Elaine Sciolino: We have a socialist government now and it’s trying to do the right thing for women. Right now you’ve got a bill going through the parliament to legalize gay marriage and I think this is just a side issue that kind of got caught up in this wear the–France’s minister of women’s rights finally just said look, we should make it impossible to arrest a woman for wearing trousers in Paris.
Werman: Now, I know President Hollande made a great effort to include a lot of women in his cabinet.

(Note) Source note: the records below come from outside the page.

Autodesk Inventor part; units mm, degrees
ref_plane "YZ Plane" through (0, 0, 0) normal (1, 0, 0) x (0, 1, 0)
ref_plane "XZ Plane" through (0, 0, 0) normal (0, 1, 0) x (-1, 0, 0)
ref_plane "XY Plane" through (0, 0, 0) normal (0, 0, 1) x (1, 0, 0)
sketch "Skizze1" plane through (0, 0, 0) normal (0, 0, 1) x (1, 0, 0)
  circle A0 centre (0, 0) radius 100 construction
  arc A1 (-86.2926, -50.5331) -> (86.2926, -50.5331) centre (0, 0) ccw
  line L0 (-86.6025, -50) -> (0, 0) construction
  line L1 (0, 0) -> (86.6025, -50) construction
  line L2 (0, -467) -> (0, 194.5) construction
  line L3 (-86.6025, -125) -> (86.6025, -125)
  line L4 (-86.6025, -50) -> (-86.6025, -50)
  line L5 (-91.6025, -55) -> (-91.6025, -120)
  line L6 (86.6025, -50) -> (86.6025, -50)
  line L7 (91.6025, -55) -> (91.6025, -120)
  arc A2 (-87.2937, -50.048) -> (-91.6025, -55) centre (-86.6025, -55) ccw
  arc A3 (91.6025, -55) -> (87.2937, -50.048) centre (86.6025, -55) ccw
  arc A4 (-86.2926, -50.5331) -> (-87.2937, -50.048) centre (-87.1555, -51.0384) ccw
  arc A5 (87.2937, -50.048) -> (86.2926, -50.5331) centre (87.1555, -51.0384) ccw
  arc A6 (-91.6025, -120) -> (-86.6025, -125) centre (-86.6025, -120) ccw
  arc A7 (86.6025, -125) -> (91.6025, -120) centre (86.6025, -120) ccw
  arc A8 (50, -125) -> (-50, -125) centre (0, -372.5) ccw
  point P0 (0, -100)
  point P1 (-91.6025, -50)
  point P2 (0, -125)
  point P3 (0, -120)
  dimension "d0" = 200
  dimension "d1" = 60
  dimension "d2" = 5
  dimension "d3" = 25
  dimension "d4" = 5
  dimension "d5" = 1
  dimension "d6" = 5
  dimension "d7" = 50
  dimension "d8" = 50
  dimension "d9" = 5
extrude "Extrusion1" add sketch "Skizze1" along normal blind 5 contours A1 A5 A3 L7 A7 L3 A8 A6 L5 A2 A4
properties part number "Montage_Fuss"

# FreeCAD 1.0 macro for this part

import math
import FreeCAD as App
import Part
import Sketcher
Q = App.Units.Quantity

doc = App.newDocument("Part")
body = doc.addObject("PartDesign::Body", "Body")

# Sketch on XY plane
sketch1 = doc.addObject("Sketcher::SketchObject", "Sketch")
body.addObject(sketch1)
sketch1.AttachmentSupport = (doc.XY_Plane, [""])
sketch1.MapMode = "FlatFace"
sketch1.addGeometry(Part.ArcOfCircle(Part.Circle(App.Vector(0, 0, 0), App.Vector(0, 0, 1), 100), math.radians(-150), math.radians(-30)), False)
sketch1.addGeometry(Part.ArcOfCircle(Part.Circle(App.Vector(-87.2, -51, 0), App.Vector(0, 0, 1), 1), math.radians(30), math.radians(98)), False)
sketch1.addGeometry(Part.ArcOfCircle(Part.Circle(App.Vector(-86.6, -55, 0), App.Vector(0, 0, 1), 5), math.radians(98), math.radians(180)), False)
sketch1.addGeometry(Part.LineSegment(App.Vector(-91.6, -55, 0), App.Vector(-91.6, -120, 0)), False)
sketch1.addGeometry(Part.ArcOfCircle(Part.Circle(App.Vector(-86.6, -120, 0), App.Vector(0, 0, 1), 5), math.radians(180), math.radians(270)), False)
sketch1.addGeometry(Part.LineSegment(App.Vector(-86.6, -125, 0), App.Vector(-50, -125, 0)), False)
sketch1.addGeometry(Part.ArcOfCircle(Part.Circle(App.Vector(0, -372.5, 0), App.Vector(0, 0, 1), 252.5), math.radians(79), math.radians(101)), False)
sketch1.addGeometry(Part.LineSegment(App.Vector(50, -125, 0), App.Vector(86.6, -125, 0)), False)
sketch1.addGeometry(Part.ArcOfCircle(Part.Circle(App.Vector(86.6, -120, 0), App.Vector(0, 0, 1), 5), math.radians(-90), math.radians(0)), False)
sketch1.addGeometry(Part.LineSegment(App.Vector(91.6, -120, 0), App.Vector(91.6, -55, 0)), False)
sketch1.addGeometry(Part.ArcOfCircle(Part.Circle(App.Vector(86.6, -55, 0), App.Vector(0, 0, 1), 5), math.radians(0), math.radians(82)), False)
sketch1.addGeometry(Part.ArcOfCircle(Part.Circle(App.Vector(87.2, -51, 0), App.Vector(0, 0, 1), 1), math.radians(82), math.radians(150)), False)
sketch1.addConstraint(Sketcher.Constraint("Tangent", 0, 1, 1, 1))
sketch1.addConstraint(Sketcher.Constraint("Tangent", 1, 2, 2, 1))
sketch1.addConstraint(Sketcher.Constraint("Tangent", 2, 2, 3, 1))
sketch1.addConstraint(Sketcher.Constraint("Tangent", 3, 2, 4, 1))
sketch1.addConstraint(Sketcher.Constraint("Tangent", 4, 2, 5, 1))
sketch1.addConstraint(Sketcher.Constraint("Coincident", 5, 2, 6, 2))
sketch1.addConstraint(Sketcher.Constraint("Coincident", 6, 1, 7, 1))
sketch1.addConstraint(Sketcher.Constraint("Tangent", 7, 2, 8, 1))
sketch1.addConstraint(Sketcher.Constraint("Tangent", 8, 2, 9, 1))
sketch1.addConstraint(Sketcher.Constraint("Tangent", 9, 2, 10, 1))
sketch1.addConstraint(Sketcher.Constraint("Tangent", 10, 2, 11, 1))
sketch1.addConstraint(Sketcher.Constraint("Tangent", 11, 2, 0, 2))
sketch1.addConstraint(Sketcher.Constraint("Vertical", 3))
sketch1.addConstraint(Sketcher.Constraint("Horizontal", 5))
sketch1.addConstraint(Sketcher.Constraint("Horizontal", 7))
sketch1.addConstraint(Sketcher.Constraint("Vertical", 9))
sketch1.addConstraint(Sketcher.Constraint("Coincident", 0, 3, -1, 1))
sketch1.addConstraint(Sketcher.Constraint("Equal", 2, 4))
sketch1.addConstraint(Sketcher.Constraint("Equal", 4, 8))
sketch1.addConstraint(Sketcher.Constraint("Equal", 8, 10))
sketch1.addConstraint(Sketcher.Constraint("Equal", 1, 11))
sketch1.addConstraint(Sketcher.Constraint("Symmetric", 4, 3, 8, 3, -2))
sketch1.addConstraint(Sketcher.Constraint("PointOnObject", 6, 3, -2))
sketch1.addConstraint(Sketcher.Constraint("Horizontal", 2, 3, 10, 3))
sketch1.addConstraint(Sketcher.Constraint("Radius", 0, Q("100 mm")))
sketch1.addConstraint(Sketcher.Constraint("Radius", 1, Q("1 mm")))
sketch1.addConstraint(Sketcher.Constraint("Radius", 2, Q("5 mm")))
sketch1.addConstraint(Sketcher.Constraint("DistanceX", 5, 2, -1, 1, Q("50 mm")))
sketch1.addConstraint(Sketcher.Constraint("Radius", 6, Q("252.5 mm")))
sketch1.addConstraint(Sketcher.Constraint("DistanceY", 3, 2, 3, 1, Q("65 mm")))
sketch1.addConstraint(Sketcher.Constraint("DistanceY", 2, 3, -1, 1, Q("55 mm")))
sketch1.addConstraint(Sketcher.Constraint("DistanceX", 2, 3, 0, 1, Q("0.31 mm")))
pad1 = doc.addObject("PartDesign::Pad", "Pad")
body.addObject(pad1)
pad1.Profile = sketch1
pad1.Length = 5

doc.recompute()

Did any one of them kind of bring this up and say hey, listen, as long as we’re here can we talk about this pants law?
Sciolino: Well, it’s interesting because a lot of the women in the cabinet go to work in pants anyway and one of the ministers was criticized for coming to the first cabinet meeting wearing pants. You have another minister who always wears flouncy skirts. And we also had a bit of a controversy over the weekend with the marathon gay marriage debate, where some of the women came in, Mon Dieu, wearing blue jeans, which is really a no-no, but they were let in anyway.
Werman: They don’t have casual Saturday or Sunday in France?

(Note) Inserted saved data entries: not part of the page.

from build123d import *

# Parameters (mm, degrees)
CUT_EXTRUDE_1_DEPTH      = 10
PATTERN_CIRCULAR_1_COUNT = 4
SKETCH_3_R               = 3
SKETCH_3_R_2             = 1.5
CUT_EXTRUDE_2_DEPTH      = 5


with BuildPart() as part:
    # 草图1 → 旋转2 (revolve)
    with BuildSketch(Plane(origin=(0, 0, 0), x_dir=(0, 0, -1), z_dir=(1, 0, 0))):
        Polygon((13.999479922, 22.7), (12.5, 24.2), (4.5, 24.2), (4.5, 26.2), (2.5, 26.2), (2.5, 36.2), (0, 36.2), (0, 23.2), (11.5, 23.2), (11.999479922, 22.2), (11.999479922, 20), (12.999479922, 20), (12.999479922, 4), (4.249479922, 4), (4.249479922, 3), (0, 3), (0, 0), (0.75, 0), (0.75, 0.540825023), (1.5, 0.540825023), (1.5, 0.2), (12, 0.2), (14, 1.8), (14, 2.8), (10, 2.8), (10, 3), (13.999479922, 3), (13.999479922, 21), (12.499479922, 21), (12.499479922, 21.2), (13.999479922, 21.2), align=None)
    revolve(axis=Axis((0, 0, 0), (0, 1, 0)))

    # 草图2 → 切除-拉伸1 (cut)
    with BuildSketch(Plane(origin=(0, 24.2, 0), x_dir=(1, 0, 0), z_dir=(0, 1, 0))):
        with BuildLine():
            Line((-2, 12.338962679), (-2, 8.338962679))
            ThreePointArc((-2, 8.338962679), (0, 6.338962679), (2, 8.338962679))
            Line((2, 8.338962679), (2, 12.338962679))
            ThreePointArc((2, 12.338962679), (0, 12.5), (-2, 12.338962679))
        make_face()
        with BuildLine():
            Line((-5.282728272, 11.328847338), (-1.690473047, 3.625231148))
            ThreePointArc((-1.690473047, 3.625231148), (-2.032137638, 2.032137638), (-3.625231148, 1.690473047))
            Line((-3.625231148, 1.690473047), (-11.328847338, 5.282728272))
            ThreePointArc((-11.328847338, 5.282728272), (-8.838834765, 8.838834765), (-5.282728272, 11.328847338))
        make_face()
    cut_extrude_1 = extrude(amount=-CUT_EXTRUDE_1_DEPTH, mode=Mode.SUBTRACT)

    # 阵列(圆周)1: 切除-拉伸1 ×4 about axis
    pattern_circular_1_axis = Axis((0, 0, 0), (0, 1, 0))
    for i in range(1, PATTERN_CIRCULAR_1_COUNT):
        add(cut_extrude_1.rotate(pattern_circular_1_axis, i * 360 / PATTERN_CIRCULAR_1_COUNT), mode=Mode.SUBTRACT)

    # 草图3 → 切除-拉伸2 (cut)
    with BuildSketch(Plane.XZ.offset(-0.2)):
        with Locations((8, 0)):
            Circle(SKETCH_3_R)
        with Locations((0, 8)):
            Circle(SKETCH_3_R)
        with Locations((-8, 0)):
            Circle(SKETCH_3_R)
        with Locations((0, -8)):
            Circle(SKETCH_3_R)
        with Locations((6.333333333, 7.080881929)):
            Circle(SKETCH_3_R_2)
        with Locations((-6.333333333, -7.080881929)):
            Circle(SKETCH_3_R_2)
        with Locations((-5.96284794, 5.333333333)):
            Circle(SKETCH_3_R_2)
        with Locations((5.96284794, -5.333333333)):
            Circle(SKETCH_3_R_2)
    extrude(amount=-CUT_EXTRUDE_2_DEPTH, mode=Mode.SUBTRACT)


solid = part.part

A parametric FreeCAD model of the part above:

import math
import FreeCAD as App
import Part
import Sketcher
Q = App.Units.Quantity

doc = App.newDocument("Part")
body = doc.addObject("PartDesign::Body", "Body")

sketch1 = body.newObject("Sketcher::SketchObject", "Sketch")
sketch1.AttachmentSupport = (doc.getObject("YZ_Plane"), [""])
sketch1.MapMode = "FlatFace"
sketch1.addGeometry([
    Part.LineSegment(App.Vector(22.7, -13.99948, 0), App.Vector(24.2, -12.5, 0)),
    Part.LineSegment(App.Vector(24.2, -12.5, 0), App.Vector(24.2, -4.5, 0)),
    Part.LineSegment(App.Vector(24.2, -4.5, 0), App.Vector(26.2, -4.5, 0)),
    Part.LineSegment(App.Vector(26.2, -4.5, 0), App.Vector(26.2, -2.5, 0)),
    Part.LineSegment(App.Vector(26.2, -2.5, 0), App.Vector(36.2, -2.5, 0)),
    Part.LineSegment(App.Vector(36.2, -2.5, 0), App.Vector(36.2, 0, 0)),
    Part.LineSegment(App.Vector(36.2, 0, 0), App.Vector(23.2, 0, 0)),
    Part.LineSegment(App.Vector(23.2, 0, 0), App.Vector(23.2, -11.5, 0)),
    Part.LineSegment(App.Vector(23.2, -11.5, 0), App.Vector(22.2, -11.99948, 0)),
    Part.LineSegment(App.Vector(22.2, -11.99948, 0), App.Vector(20, -11.99948, 0)),
    Part.LineSegment(App.Vector(20, -11.99948, 0), App.Vector(20, -12.99948, 0)),
    Part.LineSegment(App.Vector(20, -12.99948, 0), App.Vector(4, -12.99948, 0)),
    Part.LineSegment(App.Vector(4, -12.99948, 0), App.Vector(4, -4.24948, 0)),
    Part.LineSegment(App.Vector(4, -4.24948, 0), App.Vector(3, -4.24948, 0)),
    Part.LineSegment(App.Vector(3, -4.24948, 0), App.Vector(3, 0, 0)),
    Part.LineSegment(App.Vector(3, 0, 0), App.Vector(0, 0, 0)),
    Part.LineSegment(App.Vector(0, 0, 0), App.Vector(0, -0.75, 0)),
    Part.LineSegment(App.Vector(0, -0.75, 0), App.Vector(0.540825, -0.75, 0)),
    Part.LineSegment(App.Vector(0.540825, -0.75, 0), App.Vector(0.540825, -1.5, 0)),
    Part.LineSegment(App.Vector(0.540825, -1.5, 0), App.Vector(0.2, -1.5, 0)),
    Part.LineSegment(App.Vector(0.2, -1.5, 0), App.Vector(0.2, -12, 0)),
    Part.LineSegment(App.Vector(0.2, -12, 0), App.Vector(1.8, -14, 0)),
    Part.LineSegment(App.Vector(1.8, -14, 0), App.Vector(2.8, -14, 0)),
    Part.LineSegment(App.Vector(2.8, -14, 0), App.Vector(2.8, -10, 0)),
    Part.LineSegment(App.Vector(2.8, -10, 0), App.Vector(3, -10, 0)),
    Part.LineSegment(App.Vector(3, -10, 0), App.Vector(3, -13.99948, 0)),
    Part.LineSegment(App.Vector(3, -13.99948, 0), App.Vector(21, -13.99948, 0)),
    Part.LineSegment(App.Vector(21, -13.99948, 0), App.Vector(21, -12.49948, 0)),
    Part.LineSegment(App.Vector(21, -12.49948, 0), App.Vector(21.2, -12.49948, 0)),
    Part.LineSegment(App.Vector(21.2, -12.49948, 0), App.Vector(21.2, -13.99948, 0)),
    Part.LineSegment(App.Vector(21.2, -13.99948, 0), App.Vector(22.7, -13.99948, 0)),
], False)
sketch1.addConstraint([
    Sketcher.Constraint("Coincident", 0, 2, 1, 1),
    Sketcher.Constraint("Coincident", 1, 2, 2, 1),
    Sketcher.Constraint("Coincident", 2, 2, 3, 1),
    Sketcher.Constraint("Coincident", 3, 2, 4, 1),
    Sketcher.Constraint("Coincident", 4, 2, 5, 1),
    Sketcher.Constraint("Coincident", 5, 2, 6, 1),
    Sketcher.Constraint("Coincident", 6, 2, 7, 1),
    Sketcher.Constraint("Coincident", 7, 2, 8, 1),
    Sketcher.Constraint("Coincident", 8, 2, 9, 1),
    Sketcher.Constraint("Coincident", 9, 2, 10, 1),
    Sketcher.Constraint("Coincident", 10, 2, 11, 1),
    Sketcher.Constraint("Coincident", 11, 2, 12, 1),
    Sketcher.Constraint("Coincident", 12, 2, 13, 1),
    Sketcher.Constraint("Coincident", 13, 2, 14, 1),
    Sketcher.Constraint("Coincident", 14, 2, 15, 1),
    Sketcher.Constraint("Coincident", 15, 2, 16, 1),
    Sketcher.Constraint("Coincident", 16, 2, 17, 1),
    Sketcher.Constraint("Coincident", 17, 2, 18, 1),
    Sketcher.Constraint("Coincident", 18, 2, 19, 1),
    Sketcher.Constraint("Coincident", 19, 2, 20, 1),
    Sketcher.Constraint("Coincident", 20, 2, 21, 1),
    Sketcher.Constraint("Coincident", 21, 2, 22, 1),
    Sketcher.Constraint("Coincident", 22, 2, 23, 1),
    Sketcher.Constraint("Coincident", 23, 2, 24, 1),
    Sketcher.Constraint("Coincident", 24, 2, 25, 1),
    Sketcher.Constraint("Coincident", 25, 2, 26, 1),
    Sketcher.Constraint("Coincident", 26, 2, 27, 1),
    Sketcher.Constraint("Coincident", 27, 2, 28, 1),
    Sketcher.Constraint("Coincident", 28, 2, 29, 1),
    Sketcher.Constraint("Coincident", 29, 2, 30, 1),
    Sketcher.Constraint("Coincident", 30, 2, 0, 1),
    Sketcher.Constraint("Vertical", 1),
    Sketcher.Constraint("Horizontal", 2),
    Sketcher.Constraint("Vertical", 3),
    Sketcher.Constraint("Horizontal", 4),
    Sketcher.Constraint("Vertical", 5),
    Sketcher.Constraint("Horizontal", 6),
    Sketcher.Constraint("Vertical", 7),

Sciolino: They don’t, not in the national assembly. Even the guys, all the guy deputies had to come in in ties.
Werman: Now I gather other attempts have been made to overturn the law. Why did they fail in the past?
Sciolino: Well, back in 1892 the law was modified so if a woman was riding a bicycle or riding a horse she could wear her pants, but it kind of was–it took a long time to change public opinion. If you can believe it, as late as 1972 a guard prevented Michele Alliot-Marie, who has been a defense and foreign minister, prevented her from entering the Assembly building because she was wearing pants. So what she said, “Sir, if my pants bother you I’ll take them off right now.” So it got her into the–got her in. The other thing you should know is you know, I’ve done a lot of research on the subject and I’ve gone to actually two, as a serious observer of striptease, and I went to a striptease class. And what you will learn in striptease 101 is don’t both coming in pants because you’ll never get them off. You really have to wear a skirt.
Werman: Right, so that’s a lesson you’re directing or targeting at whom, Elaine?
Sciolino: Well, that’s for you to figure out, Marco. You know, if you have women who on their vacations to Paris want to come and take a striptease class, they should pack a skirt.
Werman: Roger, you write in a recent article to explain that pants for women are a safe choice as compared to skirts. Explain what they mean by that.
Sciolino: Well, this is really a serious as well as a frivolous subject because sexual harassment is still quite rampant in France, and this issue came to the fore when there were sex scandals in France, most notably one involving Dominique Strauss-Kahn, the former head of the International Monetary Fund. And in some government offices even, women do not want to come to work in a skirt because if they come dressed in a lovely skirt, they’re going to get remarks and maybe even get touched, which is something that would never be approved of or acceptable in the United States.
Werman: Well, it’s a seemingly anachronistic story with surprising relevance today.
Werman: Elaine Sciolino with The New York Times in Paris, good to speak with you, thanks.
Sciolino: Lovely to speak to you, thank you.